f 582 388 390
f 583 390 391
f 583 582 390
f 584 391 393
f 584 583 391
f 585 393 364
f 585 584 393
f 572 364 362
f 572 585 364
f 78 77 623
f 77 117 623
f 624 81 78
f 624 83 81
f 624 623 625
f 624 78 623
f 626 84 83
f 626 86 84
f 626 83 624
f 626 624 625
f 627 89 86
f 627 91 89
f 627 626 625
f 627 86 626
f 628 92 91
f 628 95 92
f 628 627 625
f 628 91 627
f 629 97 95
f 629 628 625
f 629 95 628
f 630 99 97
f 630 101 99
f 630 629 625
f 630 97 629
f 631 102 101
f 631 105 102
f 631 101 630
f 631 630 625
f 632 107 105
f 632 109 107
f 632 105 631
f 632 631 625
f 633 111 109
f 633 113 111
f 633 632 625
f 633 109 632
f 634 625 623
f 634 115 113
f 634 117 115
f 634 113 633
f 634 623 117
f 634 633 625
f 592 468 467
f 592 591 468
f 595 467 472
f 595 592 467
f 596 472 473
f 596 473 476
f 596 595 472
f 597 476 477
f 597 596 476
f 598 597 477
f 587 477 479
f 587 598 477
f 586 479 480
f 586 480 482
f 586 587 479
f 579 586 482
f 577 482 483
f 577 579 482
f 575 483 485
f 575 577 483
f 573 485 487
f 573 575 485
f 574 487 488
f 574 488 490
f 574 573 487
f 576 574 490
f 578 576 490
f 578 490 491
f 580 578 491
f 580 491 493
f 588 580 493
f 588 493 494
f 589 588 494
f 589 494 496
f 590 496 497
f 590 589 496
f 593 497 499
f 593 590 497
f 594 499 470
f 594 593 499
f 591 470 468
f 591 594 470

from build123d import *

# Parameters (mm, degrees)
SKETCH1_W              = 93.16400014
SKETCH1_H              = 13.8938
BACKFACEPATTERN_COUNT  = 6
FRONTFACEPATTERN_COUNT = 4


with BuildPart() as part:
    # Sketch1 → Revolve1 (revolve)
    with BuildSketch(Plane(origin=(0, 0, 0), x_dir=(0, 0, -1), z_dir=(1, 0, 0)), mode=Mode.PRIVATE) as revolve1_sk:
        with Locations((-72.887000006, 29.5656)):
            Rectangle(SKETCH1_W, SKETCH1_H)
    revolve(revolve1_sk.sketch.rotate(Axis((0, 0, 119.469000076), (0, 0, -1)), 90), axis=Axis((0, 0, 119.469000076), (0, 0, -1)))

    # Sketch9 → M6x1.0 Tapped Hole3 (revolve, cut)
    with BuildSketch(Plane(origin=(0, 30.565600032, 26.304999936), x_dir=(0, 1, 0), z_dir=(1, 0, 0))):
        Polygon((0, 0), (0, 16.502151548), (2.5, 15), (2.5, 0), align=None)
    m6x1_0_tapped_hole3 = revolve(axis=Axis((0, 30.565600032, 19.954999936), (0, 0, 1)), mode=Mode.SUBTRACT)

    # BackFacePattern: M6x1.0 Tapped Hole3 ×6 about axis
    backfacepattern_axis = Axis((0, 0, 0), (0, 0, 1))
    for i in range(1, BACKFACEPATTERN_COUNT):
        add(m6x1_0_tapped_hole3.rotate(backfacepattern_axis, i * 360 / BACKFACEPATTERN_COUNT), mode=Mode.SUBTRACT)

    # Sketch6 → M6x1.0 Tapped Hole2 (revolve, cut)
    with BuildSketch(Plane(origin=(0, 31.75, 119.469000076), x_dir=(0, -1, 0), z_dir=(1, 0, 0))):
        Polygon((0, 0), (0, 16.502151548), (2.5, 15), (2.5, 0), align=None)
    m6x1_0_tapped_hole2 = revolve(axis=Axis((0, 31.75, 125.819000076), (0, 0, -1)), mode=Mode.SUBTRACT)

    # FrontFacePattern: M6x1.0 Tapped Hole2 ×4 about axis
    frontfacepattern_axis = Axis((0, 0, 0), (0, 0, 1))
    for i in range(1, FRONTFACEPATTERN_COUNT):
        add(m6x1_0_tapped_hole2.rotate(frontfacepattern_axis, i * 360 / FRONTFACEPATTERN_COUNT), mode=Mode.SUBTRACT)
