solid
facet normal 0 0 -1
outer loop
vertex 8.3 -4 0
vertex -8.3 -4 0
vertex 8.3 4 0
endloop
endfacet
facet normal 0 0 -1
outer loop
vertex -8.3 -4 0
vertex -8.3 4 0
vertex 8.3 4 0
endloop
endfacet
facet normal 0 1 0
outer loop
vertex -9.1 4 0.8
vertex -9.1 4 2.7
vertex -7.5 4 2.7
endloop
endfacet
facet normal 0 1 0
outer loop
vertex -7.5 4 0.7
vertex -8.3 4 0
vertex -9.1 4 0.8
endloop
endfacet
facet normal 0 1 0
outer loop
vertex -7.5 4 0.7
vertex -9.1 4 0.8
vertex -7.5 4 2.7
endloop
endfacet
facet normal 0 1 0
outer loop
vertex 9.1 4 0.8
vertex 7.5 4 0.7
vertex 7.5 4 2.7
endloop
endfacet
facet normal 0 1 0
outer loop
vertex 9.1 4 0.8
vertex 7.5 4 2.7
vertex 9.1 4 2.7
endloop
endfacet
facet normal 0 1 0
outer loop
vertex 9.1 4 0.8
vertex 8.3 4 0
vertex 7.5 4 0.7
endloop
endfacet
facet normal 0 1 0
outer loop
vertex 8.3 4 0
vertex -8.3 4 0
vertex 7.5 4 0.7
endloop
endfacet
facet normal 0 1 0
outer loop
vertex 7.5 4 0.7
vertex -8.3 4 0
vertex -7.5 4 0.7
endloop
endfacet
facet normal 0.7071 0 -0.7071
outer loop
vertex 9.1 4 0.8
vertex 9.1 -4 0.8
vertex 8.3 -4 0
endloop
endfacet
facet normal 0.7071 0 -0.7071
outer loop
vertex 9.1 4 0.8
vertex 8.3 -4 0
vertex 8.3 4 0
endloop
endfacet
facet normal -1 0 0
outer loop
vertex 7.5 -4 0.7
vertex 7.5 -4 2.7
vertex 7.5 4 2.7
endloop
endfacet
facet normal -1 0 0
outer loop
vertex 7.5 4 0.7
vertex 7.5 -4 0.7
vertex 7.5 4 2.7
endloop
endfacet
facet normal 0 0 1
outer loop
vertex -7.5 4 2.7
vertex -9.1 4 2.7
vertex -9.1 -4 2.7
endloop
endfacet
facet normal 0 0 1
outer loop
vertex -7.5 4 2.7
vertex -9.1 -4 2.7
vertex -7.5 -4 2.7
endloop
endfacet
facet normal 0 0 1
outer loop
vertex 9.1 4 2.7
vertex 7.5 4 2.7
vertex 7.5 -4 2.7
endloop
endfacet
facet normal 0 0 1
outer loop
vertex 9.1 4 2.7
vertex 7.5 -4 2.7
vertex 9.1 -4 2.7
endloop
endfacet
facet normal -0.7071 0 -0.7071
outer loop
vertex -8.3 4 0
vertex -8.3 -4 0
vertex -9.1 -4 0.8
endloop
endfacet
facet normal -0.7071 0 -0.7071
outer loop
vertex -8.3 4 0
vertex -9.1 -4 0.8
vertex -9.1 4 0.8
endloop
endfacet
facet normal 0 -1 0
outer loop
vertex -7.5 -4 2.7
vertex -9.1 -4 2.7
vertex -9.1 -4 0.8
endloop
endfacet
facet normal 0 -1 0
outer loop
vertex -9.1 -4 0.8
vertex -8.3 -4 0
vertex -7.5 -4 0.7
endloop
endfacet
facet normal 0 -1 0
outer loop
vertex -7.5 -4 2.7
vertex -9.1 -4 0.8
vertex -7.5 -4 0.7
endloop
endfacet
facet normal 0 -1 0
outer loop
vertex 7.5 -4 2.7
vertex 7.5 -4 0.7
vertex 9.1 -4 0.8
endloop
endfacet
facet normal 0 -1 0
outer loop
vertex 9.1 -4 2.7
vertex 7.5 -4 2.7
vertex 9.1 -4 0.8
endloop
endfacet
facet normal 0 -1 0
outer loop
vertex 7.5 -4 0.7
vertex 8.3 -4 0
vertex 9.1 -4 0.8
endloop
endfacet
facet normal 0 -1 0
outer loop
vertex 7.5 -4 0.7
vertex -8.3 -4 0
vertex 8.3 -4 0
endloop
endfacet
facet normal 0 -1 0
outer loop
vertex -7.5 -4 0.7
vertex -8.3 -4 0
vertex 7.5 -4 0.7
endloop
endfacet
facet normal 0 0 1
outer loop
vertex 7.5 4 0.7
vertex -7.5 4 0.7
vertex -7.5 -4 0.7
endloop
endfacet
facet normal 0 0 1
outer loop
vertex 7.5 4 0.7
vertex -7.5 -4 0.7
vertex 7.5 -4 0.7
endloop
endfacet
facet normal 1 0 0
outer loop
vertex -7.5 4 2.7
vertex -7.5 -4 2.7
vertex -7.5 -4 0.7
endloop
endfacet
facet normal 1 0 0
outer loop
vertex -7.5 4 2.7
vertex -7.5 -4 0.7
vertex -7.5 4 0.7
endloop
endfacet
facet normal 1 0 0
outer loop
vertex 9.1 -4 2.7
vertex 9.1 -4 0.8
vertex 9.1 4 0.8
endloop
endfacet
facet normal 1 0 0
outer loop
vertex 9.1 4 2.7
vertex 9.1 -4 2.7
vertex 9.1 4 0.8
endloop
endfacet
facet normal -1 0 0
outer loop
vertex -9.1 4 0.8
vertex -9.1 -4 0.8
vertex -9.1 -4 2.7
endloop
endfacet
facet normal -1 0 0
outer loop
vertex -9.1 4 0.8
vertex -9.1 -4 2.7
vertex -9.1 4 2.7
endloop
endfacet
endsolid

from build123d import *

# Parameters (mm, degrees)
F0_W     = 18.2
F0_H     = 8
F1_DEPTH = 2.7
F2_W     = 15
F2_H     = 8
F3_DEPTH = 2
F4_SIZE  = 0.8


with BuildPart() as f1:
    # F0 (on Top) → F1 (new body)
    with BuildSketch(Plane.XY):
        Rectangle(F0_W, F0_H)
    extrude(amount=F1_DEPTH)

    # F2 (on face) → F3 (cut)
    with BuildSketch(Plane.XY.offset(2.7)):
        Rectangle(F2_W, F2_H)
    extrude(amount=-F3_DEPTH, mode=Mode.SUBTRACT)

    # F4
    f4_edges = [f1.edges().sort_by_distance(p)[0] for p in [
        (-9.1, 0, 0),
        (9.1, 0, 0),
    ]]
    chamfer(f4_edges, length=F4_SIZE)


solid = f1.part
⁂
Each line of the entries holding the string "range" should be found and copied.

:: EXERCISE RESULT ::
    for i in range(1, BACKFACEPATTERN_COUNT):
    for i in range(1, FRONTFACEPATTERN_COUNT):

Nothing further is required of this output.